Leave the giant rolling bag at the hotel. You want your hands free and your footprint small.
Where to stay
Horseshoe and Paris both have rooms steps from the tournament floor — the most convenient option if you're playing daily and want to crawl upstairs after a 14-hour Day 2.
The mid-Strip location also puts the Flamingo, The Linq, Cromwell, Planet Hollywood, Bellagio, and the Cosmopolitan within a short walk. For a longer stay or a group, an off-Strip Airbnb or short-term rental is cheaper, gives you a kitchen, and lets you actually sleep away from the casino floor.
Surviving the grind
This is the part nobody warns first-timers about. A deep run is a 12-to-14-hour day, sometimes back-to-back. Treat it like an athletic event, because it is one.
- Sleep is +EV. Tired players make tired decisions.
- Hydrate and eat real meals — not just casino snacks and energy drinks.
- Use your breaks. Bathroom, water, stretch, fresh air — don't burn all 20 minutes in the cashier line.
- Pace the alcohol. “Free” drinks at the table have a hidden cost.
- Step outside daily. Sunlight exists, even here.
- Build in a day off. Seven straight weeks breaks most people; even the pros reset.
The Main Event isn't won on Day 1. It's survived — one good night's sleep at a time.
Bankroll & expectations
The WSOP is a bankroll bonfire if you treat it like a slot machine. Decide before you go how much of your roll this trip gets, and treat that as the ceiling — not a starting point you'll “top up” at the ATM.
Mix your schedule. A few smaller events ($300–$1,500) give you more shots and more poker than firing one big bullet. And expect to lose most tournaments — that's the format, not you playing badly. Even the best pros cash a fraction of the time.
If you want to think clearly about the swings before you go, our Bankroll Guide has the real numbers.
Frequently asked questions
The stuff first-timers ask before they book the trip.
Do I have to be a pro to play the WSOP?
No. Anyone 21 or older who can cover a buy-in can enter. The fields are full of amateurs, and many of them qualified cheaply through satellites.
How much does it cost to play?
Buy-ins range from around $300 up to the $10,000 Main Event, with plenty of events in between. You only pay for the tournaments you enter — there's no membership or door fee.
What's the easiest way to register?
The WSOP+ app.
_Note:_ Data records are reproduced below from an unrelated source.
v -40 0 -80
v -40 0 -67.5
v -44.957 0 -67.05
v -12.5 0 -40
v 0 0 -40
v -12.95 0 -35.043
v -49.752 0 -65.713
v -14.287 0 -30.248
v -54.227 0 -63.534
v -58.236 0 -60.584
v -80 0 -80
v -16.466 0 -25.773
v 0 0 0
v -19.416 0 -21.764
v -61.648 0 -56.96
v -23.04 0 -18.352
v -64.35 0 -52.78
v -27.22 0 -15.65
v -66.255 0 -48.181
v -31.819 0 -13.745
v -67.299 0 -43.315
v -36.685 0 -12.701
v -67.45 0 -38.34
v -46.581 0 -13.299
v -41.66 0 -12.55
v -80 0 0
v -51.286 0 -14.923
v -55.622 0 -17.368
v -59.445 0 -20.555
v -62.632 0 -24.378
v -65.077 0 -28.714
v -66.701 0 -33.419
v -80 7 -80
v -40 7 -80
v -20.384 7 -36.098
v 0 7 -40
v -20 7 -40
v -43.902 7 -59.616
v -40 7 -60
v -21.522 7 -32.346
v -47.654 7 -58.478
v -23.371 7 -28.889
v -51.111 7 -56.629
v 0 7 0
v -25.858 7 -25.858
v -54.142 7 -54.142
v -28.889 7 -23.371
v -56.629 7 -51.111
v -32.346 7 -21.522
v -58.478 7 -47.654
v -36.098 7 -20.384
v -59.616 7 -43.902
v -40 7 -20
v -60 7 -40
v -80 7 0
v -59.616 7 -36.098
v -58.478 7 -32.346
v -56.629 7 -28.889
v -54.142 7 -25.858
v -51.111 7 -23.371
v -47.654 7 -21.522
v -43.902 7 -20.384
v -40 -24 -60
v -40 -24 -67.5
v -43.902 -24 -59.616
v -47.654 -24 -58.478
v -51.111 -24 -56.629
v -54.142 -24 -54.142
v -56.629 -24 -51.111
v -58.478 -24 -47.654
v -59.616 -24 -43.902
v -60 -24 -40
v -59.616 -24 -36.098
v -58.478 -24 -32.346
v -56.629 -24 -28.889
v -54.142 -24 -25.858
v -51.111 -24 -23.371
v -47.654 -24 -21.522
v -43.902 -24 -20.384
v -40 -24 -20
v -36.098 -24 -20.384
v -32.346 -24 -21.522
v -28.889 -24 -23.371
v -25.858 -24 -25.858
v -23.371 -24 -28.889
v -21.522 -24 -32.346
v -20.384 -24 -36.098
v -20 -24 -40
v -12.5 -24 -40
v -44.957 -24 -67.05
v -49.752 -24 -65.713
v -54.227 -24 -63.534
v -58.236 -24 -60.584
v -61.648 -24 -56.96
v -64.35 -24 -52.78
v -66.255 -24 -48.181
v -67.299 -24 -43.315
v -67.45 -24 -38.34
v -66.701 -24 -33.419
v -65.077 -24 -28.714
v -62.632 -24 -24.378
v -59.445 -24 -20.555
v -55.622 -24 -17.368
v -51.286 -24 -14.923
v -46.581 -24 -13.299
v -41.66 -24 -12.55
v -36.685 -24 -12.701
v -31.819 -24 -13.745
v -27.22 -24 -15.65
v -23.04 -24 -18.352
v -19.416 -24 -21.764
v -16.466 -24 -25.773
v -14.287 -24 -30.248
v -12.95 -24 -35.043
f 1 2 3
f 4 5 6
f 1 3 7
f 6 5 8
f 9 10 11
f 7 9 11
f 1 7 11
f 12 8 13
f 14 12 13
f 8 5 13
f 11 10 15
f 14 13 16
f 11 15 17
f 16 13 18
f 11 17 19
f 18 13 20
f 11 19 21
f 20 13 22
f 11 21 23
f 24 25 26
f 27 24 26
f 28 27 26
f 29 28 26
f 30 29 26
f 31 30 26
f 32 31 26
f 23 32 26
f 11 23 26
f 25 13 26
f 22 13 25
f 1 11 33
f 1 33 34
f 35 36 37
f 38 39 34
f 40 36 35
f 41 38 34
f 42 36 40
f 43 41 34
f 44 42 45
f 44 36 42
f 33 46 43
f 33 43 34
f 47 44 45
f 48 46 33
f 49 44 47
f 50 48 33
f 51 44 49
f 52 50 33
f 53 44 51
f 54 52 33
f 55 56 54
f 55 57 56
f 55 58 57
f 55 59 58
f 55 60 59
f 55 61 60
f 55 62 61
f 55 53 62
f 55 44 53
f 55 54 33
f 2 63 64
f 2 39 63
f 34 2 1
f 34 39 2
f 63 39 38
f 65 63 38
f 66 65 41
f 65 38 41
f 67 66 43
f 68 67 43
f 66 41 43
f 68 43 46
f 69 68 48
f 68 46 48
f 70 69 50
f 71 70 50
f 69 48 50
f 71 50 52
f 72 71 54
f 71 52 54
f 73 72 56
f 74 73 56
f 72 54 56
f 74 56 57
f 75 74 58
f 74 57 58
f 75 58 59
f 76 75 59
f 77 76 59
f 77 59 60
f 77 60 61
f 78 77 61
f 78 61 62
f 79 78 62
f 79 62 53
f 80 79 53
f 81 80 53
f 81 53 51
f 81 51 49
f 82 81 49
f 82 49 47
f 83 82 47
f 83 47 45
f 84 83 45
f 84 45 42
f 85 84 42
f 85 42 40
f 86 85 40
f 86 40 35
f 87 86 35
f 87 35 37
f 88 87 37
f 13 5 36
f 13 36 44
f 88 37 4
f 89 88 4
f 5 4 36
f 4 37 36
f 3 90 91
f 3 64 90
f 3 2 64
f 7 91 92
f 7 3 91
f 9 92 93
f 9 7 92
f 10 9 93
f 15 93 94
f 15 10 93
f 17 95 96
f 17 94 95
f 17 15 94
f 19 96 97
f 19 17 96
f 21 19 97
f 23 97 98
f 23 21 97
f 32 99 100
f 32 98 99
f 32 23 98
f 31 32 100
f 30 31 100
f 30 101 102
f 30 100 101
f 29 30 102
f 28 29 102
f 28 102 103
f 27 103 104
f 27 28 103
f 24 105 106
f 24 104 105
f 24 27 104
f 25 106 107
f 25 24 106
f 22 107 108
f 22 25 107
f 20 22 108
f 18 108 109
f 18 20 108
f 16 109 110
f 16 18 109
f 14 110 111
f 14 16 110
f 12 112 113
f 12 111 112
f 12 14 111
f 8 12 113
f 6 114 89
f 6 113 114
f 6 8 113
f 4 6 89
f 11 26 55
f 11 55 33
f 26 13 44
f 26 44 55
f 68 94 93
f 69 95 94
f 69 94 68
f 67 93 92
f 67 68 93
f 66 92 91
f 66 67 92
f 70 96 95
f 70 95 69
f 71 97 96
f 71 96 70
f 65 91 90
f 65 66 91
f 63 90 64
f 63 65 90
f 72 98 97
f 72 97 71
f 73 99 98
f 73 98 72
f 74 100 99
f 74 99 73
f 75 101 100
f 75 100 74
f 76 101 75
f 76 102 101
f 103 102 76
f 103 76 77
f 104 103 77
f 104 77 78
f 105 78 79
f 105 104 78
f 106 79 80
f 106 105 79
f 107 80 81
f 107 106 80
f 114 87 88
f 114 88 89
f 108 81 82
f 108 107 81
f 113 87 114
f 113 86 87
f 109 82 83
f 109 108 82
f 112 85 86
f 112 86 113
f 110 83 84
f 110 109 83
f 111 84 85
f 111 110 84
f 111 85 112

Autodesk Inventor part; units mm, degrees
ref_plane "YZ Plane" through (0, 0, 0) normal (1, 0, 0) x (0, 1, 0)
ref_plane "XZ Plane" through (0, 0, 0) normal (0, 1, 0) x (-1, 0, 0)
ref_plane "XY Plane" through (0, 0, 0) normal (0, 0, 1) x (1, 0, 0)
sketch "Boceto1" plane through (0, 0, 0) normal (0, 1, 0) x (-1, 0, 0)
  line L0 (0, 0) -> (80, 0)
  line L1 (80, 0) -> (80, -80)
  line L2 (80, -80) -> (0, -80)
  line L3 (0, -80) -> (0, 0)
  dimension "d0" = 80
  dimension "d1" = 80
extrude "Extrusión1" add sketch "Boceto1" along normal blind 7
sketch "Boceto2" plane through (0, 0, 0) normal (0, -1, 0) x (1, 0, 0)
  point P0 (0, 0)
sketch "Boceto3" plane through (0, 0, 0) normal (0, -1, 0) x (1, 0, 0)
  line L0 (-80, 0) -> (0, 0) construction
  line L1 (-40, 0) -> (-40, -80) construction
  line L2 (0, -80) -> (-80, -80) construction
  line L3 (-80, -80) -> (-80, 0) construction
  line L4 (-80, -40) -> (0, -40) construction
  line L5 (0, 0) -> (0, -80) construction
  circle A0 centre (-40, -40) radius 27.5
  dimension "d4" = 55
extrude "Extrusión2" add sketch "Boceto3" along normal blind 24
hole "Agujero1" at (-40, 0, -40) direction (0, 1, 0) diameter 40 end through all both
sketch "Boceto4" plane through (0, 7, 0) normal (0, 1, 0) x (1, 0, 0)
  circle A0 centre (-40, 40) radius 20 projected
  line L0 (-40, 40) -> (-40, 80)
  line L1 (0, 80) -> (-80, 80) projected
  line L2 (0, 80) -> (0, 40)
  line L3 (0, 0) -> (0, 80) projected
  line L4 (-40, 40) -> (0, 40)
  point P0 (-20, 40)
  point P1 (-40, 60)
extrude "Extrusión3" cut sketch "Boceto4" against normal through all contours A0 L0 L1 L2 L4
sketch "Boceto7" plane through (0, 7, 0) normal (0, 1, 0) x (1, 0, 0)
  line L0 (-40, 40) -> (-57.5963, 22.4037) construction
  line L1 (-80, 40) -> (0, 40) construction
  line L2 (-58.6139, 17.8506) -> (-50.0833, 26.3811)
  line L3 (-50.0833, 26.3811) -> (-53.6189, 29.9167)
  line L4 (-53.6189, 29.9167) -> (-62.1494, 21.3861)
  line L5 (-62.1494, 21.3861) -> (-58.6139, 17.8506)
  point P0 (0, 0)
  point P1 (-60.3816, 19.6184)
  dimension "d16" = 135
  dimension "d17" = 2.5
  dimension "d18" = 2.5
  dimension "d19" = 12.064
sketch3d "Boceto 3D1"
properties part number "Parctica final.xx"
You can register and pay from your phone, see your table and seat, and skip the desk line. You'll still need a Caesars Rewards card and a photo ID.
Can I win my way in cheaply?
Yes — that's exactly what satellites are for. In-person mega-satellites run daily at the venue, and online qualifiers (WSOP Online in the U.S., GGPoker internationally) award seats from home.
When is the 2026 Main Event?
It begins Thursday, July 2 with four Day 1 flights, late registration runs through July 7, and the final table plays out August 3–5 after a scheduled delay.
Is the WSOP only in Las Vegas?
The big summer series is, at Horseshoe and Paris. But the WSOP Circuit and international stops run year-round in other cities and countries.